:: Dataset records ::

=== Section Start ===

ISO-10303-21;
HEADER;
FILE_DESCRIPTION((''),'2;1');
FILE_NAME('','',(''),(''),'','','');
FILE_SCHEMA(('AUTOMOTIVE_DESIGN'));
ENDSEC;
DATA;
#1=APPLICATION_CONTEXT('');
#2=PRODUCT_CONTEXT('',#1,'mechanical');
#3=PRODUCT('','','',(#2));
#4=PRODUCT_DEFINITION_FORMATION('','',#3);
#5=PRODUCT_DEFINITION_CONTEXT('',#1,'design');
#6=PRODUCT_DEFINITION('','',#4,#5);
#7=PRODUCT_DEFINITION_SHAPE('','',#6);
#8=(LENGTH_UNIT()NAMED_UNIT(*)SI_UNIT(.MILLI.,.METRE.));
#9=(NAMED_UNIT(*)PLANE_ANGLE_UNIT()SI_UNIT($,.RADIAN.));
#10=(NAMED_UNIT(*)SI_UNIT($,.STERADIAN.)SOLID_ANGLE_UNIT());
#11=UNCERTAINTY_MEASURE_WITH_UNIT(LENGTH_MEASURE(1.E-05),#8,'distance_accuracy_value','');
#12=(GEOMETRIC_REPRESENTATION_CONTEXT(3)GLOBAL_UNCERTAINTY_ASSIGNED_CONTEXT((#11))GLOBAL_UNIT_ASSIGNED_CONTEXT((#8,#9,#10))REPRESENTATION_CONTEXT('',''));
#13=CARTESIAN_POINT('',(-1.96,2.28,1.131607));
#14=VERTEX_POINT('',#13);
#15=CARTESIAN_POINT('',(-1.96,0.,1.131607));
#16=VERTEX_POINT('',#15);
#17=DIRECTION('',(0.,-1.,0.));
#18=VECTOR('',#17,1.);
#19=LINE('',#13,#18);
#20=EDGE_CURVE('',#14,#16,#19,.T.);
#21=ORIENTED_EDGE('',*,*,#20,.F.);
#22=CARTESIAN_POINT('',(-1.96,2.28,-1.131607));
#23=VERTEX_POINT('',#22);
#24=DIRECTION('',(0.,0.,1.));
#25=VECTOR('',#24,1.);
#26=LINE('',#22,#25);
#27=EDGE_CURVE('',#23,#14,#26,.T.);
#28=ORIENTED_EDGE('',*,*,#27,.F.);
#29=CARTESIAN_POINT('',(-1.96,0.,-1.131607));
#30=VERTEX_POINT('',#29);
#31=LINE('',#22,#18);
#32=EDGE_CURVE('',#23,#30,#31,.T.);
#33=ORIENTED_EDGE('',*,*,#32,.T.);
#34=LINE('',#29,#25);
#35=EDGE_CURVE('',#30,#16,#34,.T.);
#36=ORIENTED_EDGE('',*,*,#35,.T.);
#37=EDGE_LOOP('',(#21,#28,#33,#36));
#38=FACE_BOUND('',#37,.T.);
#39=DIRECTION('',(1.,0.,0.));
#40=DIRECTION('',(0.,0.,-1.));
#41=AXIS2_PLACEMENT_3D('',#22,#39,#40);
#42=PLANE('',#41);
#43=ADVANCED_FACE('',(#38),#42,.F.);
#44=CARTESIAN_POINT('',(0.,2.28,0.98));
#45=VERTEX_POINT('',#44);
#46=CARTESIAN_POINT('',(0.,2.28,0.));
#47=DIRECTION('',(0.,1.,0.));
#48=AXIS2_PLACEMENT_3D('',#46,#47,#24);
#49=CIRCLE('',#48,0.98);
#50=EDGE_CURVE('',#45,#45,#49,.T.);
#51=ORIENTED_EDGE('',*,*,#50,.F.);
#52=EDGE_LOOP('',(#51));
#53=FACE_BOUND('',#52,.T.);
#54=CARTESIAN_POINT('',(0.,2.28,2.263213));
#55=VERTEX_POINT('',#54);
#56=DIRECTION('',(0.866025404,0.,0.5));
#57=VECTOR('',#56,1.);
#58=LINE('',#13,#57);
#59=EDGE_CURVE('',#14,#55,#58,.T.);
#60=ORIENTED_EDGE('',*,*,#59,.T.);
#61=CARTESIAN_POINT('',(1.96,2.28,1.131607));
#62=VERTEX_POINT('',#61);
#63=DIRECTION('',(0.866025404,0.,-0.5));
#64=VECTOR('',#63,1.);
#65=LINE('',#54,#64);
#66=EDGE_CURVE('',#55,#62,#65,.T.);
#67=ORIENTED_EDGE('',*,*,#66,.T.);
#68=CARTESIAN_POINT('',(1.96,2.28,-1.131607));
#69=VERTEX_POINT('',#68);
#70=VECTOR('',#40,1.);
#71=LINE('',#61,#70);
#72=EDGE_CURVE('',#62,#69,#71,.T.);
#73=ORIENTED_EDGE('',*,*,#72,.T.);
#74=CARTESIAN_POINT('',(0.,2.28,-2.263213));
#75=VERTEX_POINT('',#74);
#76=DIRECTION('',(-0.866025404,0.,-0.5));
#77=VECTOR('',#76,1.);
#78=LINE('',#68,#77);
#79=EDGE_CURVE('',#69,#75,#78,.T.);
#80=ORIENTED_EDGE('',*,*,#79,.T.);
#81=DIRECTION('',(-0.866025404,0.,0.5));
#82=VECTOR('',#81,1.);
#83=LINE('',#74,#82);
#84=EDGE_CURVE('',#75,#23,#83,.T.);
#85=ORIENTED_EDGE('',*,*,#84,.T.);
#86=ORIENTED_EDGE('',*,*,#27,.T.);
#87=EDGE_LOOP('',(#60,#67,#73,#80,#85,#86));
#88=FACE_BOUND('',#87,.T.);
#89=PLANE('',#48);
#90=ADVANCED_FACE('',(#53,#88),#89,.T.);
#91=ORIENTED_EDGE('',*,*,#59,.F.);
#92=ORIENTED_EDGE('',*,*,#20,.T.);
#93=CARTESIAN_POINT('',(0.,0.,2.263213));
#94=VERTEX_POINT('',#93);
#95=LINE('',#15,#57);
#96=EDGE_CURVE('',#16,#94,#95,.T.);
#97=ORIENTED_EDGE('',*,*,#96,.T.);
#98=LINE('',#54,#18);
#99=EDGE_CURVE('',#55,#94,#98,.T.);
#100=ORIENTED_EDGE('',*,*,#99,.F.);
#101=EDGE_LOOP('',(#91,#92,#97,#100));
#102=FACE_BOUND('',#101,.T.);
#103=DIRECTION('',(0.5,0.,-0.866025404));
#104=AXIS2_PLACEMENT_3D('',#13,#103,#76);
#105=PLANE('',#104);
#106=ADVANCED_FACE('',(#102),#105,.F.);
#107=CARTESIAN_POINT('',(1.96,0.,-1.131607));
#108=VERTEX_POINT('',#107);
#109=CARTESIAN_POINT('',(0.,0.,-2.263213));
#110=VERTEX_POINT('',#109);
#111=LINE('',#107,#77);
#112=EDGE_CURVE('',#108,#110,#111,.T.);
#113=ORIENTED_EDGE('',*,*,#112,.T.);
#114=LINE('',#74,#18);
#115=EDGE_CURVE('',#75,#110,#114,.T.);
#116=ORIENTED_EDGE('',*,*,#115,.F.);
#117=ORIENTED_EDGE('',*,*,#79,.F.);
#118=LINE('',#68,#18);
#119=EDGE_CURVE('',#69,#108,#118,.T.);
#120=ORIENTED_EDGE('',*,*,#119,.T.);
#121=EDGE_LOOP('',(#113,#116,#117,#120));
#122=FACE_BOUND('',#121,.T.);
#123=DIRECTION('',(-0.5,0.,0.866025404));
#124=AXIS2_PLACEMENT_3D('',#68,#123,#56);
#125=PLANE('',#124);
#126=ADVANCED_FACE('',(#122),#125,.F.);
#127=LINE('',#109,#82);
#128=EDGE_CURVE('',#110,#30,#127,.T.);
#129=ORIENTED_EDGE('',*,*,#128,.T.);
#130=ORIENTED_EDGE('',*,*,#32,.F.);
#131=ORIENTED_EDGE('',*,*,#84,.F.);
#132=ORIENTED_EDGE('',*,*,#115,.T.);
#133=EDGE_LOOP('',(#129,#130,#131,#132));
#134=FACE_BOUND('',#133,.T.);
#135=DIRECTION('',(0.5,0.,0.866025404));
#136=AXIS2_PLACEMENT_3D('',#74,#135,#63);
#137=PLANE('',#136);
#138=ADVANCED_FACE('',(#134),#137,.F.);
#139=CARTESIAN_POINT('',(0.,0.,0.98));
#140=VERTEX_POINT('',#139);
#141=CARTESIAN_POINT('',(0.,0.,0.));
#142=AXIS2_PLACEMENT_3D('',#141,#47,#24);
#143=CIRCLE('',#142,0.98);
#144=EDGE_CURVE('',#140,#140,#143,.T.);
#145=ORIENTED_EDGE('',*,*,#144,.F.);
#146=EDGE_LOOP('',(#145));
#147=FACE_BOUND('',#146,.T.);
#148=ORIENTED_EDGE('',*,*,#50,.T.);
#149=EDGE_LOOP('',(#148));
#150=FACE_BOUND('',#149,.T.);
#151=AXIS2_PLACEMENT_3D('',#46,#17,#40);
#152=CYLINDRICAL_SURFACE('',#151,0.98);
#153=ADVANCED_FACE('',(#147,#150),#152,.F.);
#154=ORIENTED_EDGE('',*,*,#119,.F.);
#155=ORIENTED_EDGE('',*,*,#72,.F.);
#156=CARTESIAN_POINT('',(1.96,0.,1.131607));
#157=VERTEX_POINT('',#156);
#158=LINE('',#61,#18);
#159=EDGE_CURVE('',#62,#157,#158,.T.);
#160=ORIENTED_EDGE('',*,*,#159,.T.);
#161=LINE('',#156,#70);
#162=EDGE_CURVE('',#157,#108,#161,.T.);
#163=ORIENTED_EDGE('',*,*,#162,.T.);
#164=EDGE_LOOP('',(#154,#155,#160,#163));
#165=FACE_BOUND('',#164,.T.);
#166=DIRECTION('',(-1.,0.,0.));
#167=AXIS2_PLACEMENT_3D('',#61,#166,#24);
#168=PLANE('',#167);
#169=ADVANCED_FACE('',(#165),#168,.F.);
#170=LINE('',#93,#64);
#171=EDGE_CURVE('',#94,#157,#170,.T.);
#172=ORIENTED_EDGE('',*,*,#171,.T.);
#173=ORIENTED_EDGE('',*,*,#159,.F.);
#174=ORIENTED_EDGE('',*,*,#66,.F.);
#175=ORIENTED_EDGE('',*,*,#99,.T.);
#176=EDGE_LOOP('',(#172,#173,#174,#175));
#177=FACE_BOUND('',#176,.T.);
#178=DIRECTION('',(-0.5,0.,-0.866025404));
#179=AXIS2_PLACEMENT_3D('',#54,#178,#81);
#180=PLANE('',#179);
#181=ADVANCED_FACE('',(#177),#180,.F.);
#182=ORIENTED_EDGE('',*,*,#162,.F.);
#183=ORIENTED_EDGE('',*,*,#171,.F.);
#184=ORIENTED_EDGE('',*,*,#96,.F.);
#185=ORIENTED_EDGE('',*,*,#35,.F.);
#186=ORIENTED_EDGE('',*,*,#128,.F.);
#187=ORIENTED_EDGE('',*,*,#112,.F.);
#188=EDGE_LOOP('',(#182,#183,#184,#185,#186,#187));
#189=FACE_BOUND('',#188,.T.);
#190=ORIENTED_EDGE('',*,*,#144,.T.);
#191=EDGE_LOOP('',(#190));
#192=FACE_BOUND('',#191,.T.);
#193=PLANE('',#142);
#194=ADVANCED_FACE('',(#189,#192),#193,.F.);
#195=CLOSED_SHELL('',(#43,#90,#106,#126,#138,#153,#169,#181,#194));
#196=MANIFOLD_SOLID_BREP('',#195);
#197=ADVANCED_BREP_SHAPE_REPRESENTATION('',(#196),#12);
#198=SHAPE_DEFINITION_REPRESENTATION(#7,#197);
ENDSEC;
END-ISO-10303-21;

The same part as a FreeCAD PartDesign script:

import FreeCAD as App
import Part
import Sketcher
Q = App.Units.Quantity

doc = App.newDocument("Part")
body = doc.addObject("PartDesign::Body", "Body")

# Sketch on XZ plane
sketch1 = body.newObject("Sketcher::SketchObject", "Sketch")
sketch1.AttachmentSupport = (doc.getObject("XZ_Plane"), [""])
sketch1.MapMode = "FlatFace"
sketch1.addGeometry(Part.LineSegment(App.Vector(0, 2.3, 0), App.Vector(2, 1.1, 0)), False)
sketch1.addGeometry(Part.LineSegment(App.Vector(2, 1.1, 0), App.Vector(2, -1.1, 0)), False)
sketch1.addGeometry(Part.LineSegment(App.Vector(2, -1.1, 0), App.Vector(0, -2.3, 0)), False)
sketch1.addGeometry(Part.LineSegment(App.Vector(0, -2.3, 0), App.Vector(-2, -1.1, 0)), False)
sketch1.addGeometry(Part.LineSegment(App.Vector(-2, -1.1, 0), App.Vector(-2, 1.1, 0)), False)
sketch1.addGeometry(Part.LineSegment(App.Vector(-2, 1.1, 0), App.Vector(0, 2.3, 0)), False)
sketch1.addGeometry(Part.Circle(App.Vector(0, 0, 0), App.Vector(0, 0, 1), 1), False)
sketch1.addConstraint(Sketcher.Constraint("Coincident", 0, 2, 1, 1))
sketch1.addConstraint(Sketcher.Constraint("Coincident", 1, 2, 2, 1))
sketch1.addConstraint(Sketcher.Constraint("Coincident", 2, 2, 3, 1))
sketch1.addConstraint(Sketcher.Constraint("Coincident", 3, 2, 4, 1))
sketch1.addConstraint(Sketcher.Constraint("Coincident", 4, 2, 5, 1))
sketch1.addConstraint(Sketcher.Constraint("Coincident", 5, 2, 0, 1))
sketch1.addConstraint(Sketcher.Constraint("Vertical", 1))
sketch1.addConstraint(Sketcher.Constraint("Vertical", 4))
sketch1.addConstraint(Sketcher.Constraint("Coincident", 6, 3, -1, 1))
sketch1.addConstraint(Sketcher.Constraint("Symmetric", 0, 2, 3, 2, -1, 1))
sketch1.addConstraint(Sketcher.Constraint("Symmetric", 2, 2, 5, 2, -1, 1))
sketch1.addConstraint(Sketcher.Constraint("PointOnObject", 2, 2, -2))
sketch1.addConstraint(Sketcher.Constraint("Parallel", 2, 5))
sketch1.addConstraint(Sketcher.Constraint("Horizontal", 1, 2, 3, 2))
sketch1.addConstraint(Sketcher.Constraint("Diameter", 6, Q("1.96 mm")))
sketch1.addConstraint(Sketcher.Constraint("Angle", 0, Q("-30 deg")))
sketch1.addConstraint(Sketcher.Constraint("DistanceX", -1, 1, 0, 2, Q("1.96 mm")))
sketch1.addConstraint(Sketcher.Constraint("DistanceY", 1, 2, 1, 1, Q("2.263213 mm")))
pad1 = body.newObject("PartDesign::Pad", "Pad")
pad1.Profile = sketch1
pad1.Length = 2.28
pad1.Reversed = True

doc.recompute()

=== Section End ===

:: WHAT YOU HAVE TO DO ::
Would you retype the lines above from the one with "#9=(NAMED_UNIT(*)PLANE_ANGLE_UNIT()SI_UNIT($,.RADIAN.));" down to the one with "#28=ORIENTED_EDGE('',*,*,#27,.F.);", word for word, both ends included and no other lines?

:: WRITTEN RESPONSE ::
#9=(NAMED_UNIT(*)PLANE_ANGLE_UNIT()SI_UNIT($,.RADIAN.));
#10=(NAMED_UNIT(*)SI_UNIT($,.STERADIAN.)SOLID_ANGLE_UNIT());
#11=UNCERTAINTY_MEASURE_WITH_UNIT(LENGTH_MEASURE(1.E-05),#8,'distance_accuracy_value','');
#12=(GEOMETRIC_REPRESENTATION_CONTEXT(3)GLOBAL_UNCERTAINTY_ASSIGNED_CONTEXT((#11))GLOBAL_UNIT_ASSIGNED_CONTEXT((#8,#9,#10))REPRESENTATION_CONTEXT('',''));
#13=CARTESIAN_POINT('',(-1.96,2.28,1.131607));
#14=VERTEX_POINT('',#13);
#15=CARTESIAN_POINT('',(-1.96,0.,1.131607));
#16=VERTEX_POINT('',#15);
#17=DIRECTION('',(0.,-1.,0.));
#18=VECTOR('',#17,1.);
#19=LINE('',#13,#18);
#20=EDGE_CURVE('',#14,#16,#19,.T.);
#21=ORIENTED_EDGE('',*,*,#20,.F.);
#22=CARTESIAN_POINT('',(-1.96,2.28,-1.131607));
#23=VERTEX_POINT('',#22);
#24=DIRECTION('',(0.,0.,1.));
#25=VECTOR('',#24,1.);
#26=LINE('',#22,#25);
#27=EDGE_CURVE('',#23,#14,#26,.T.);
#28=ORIENTED_EDGE('',*,*,#27,.F.);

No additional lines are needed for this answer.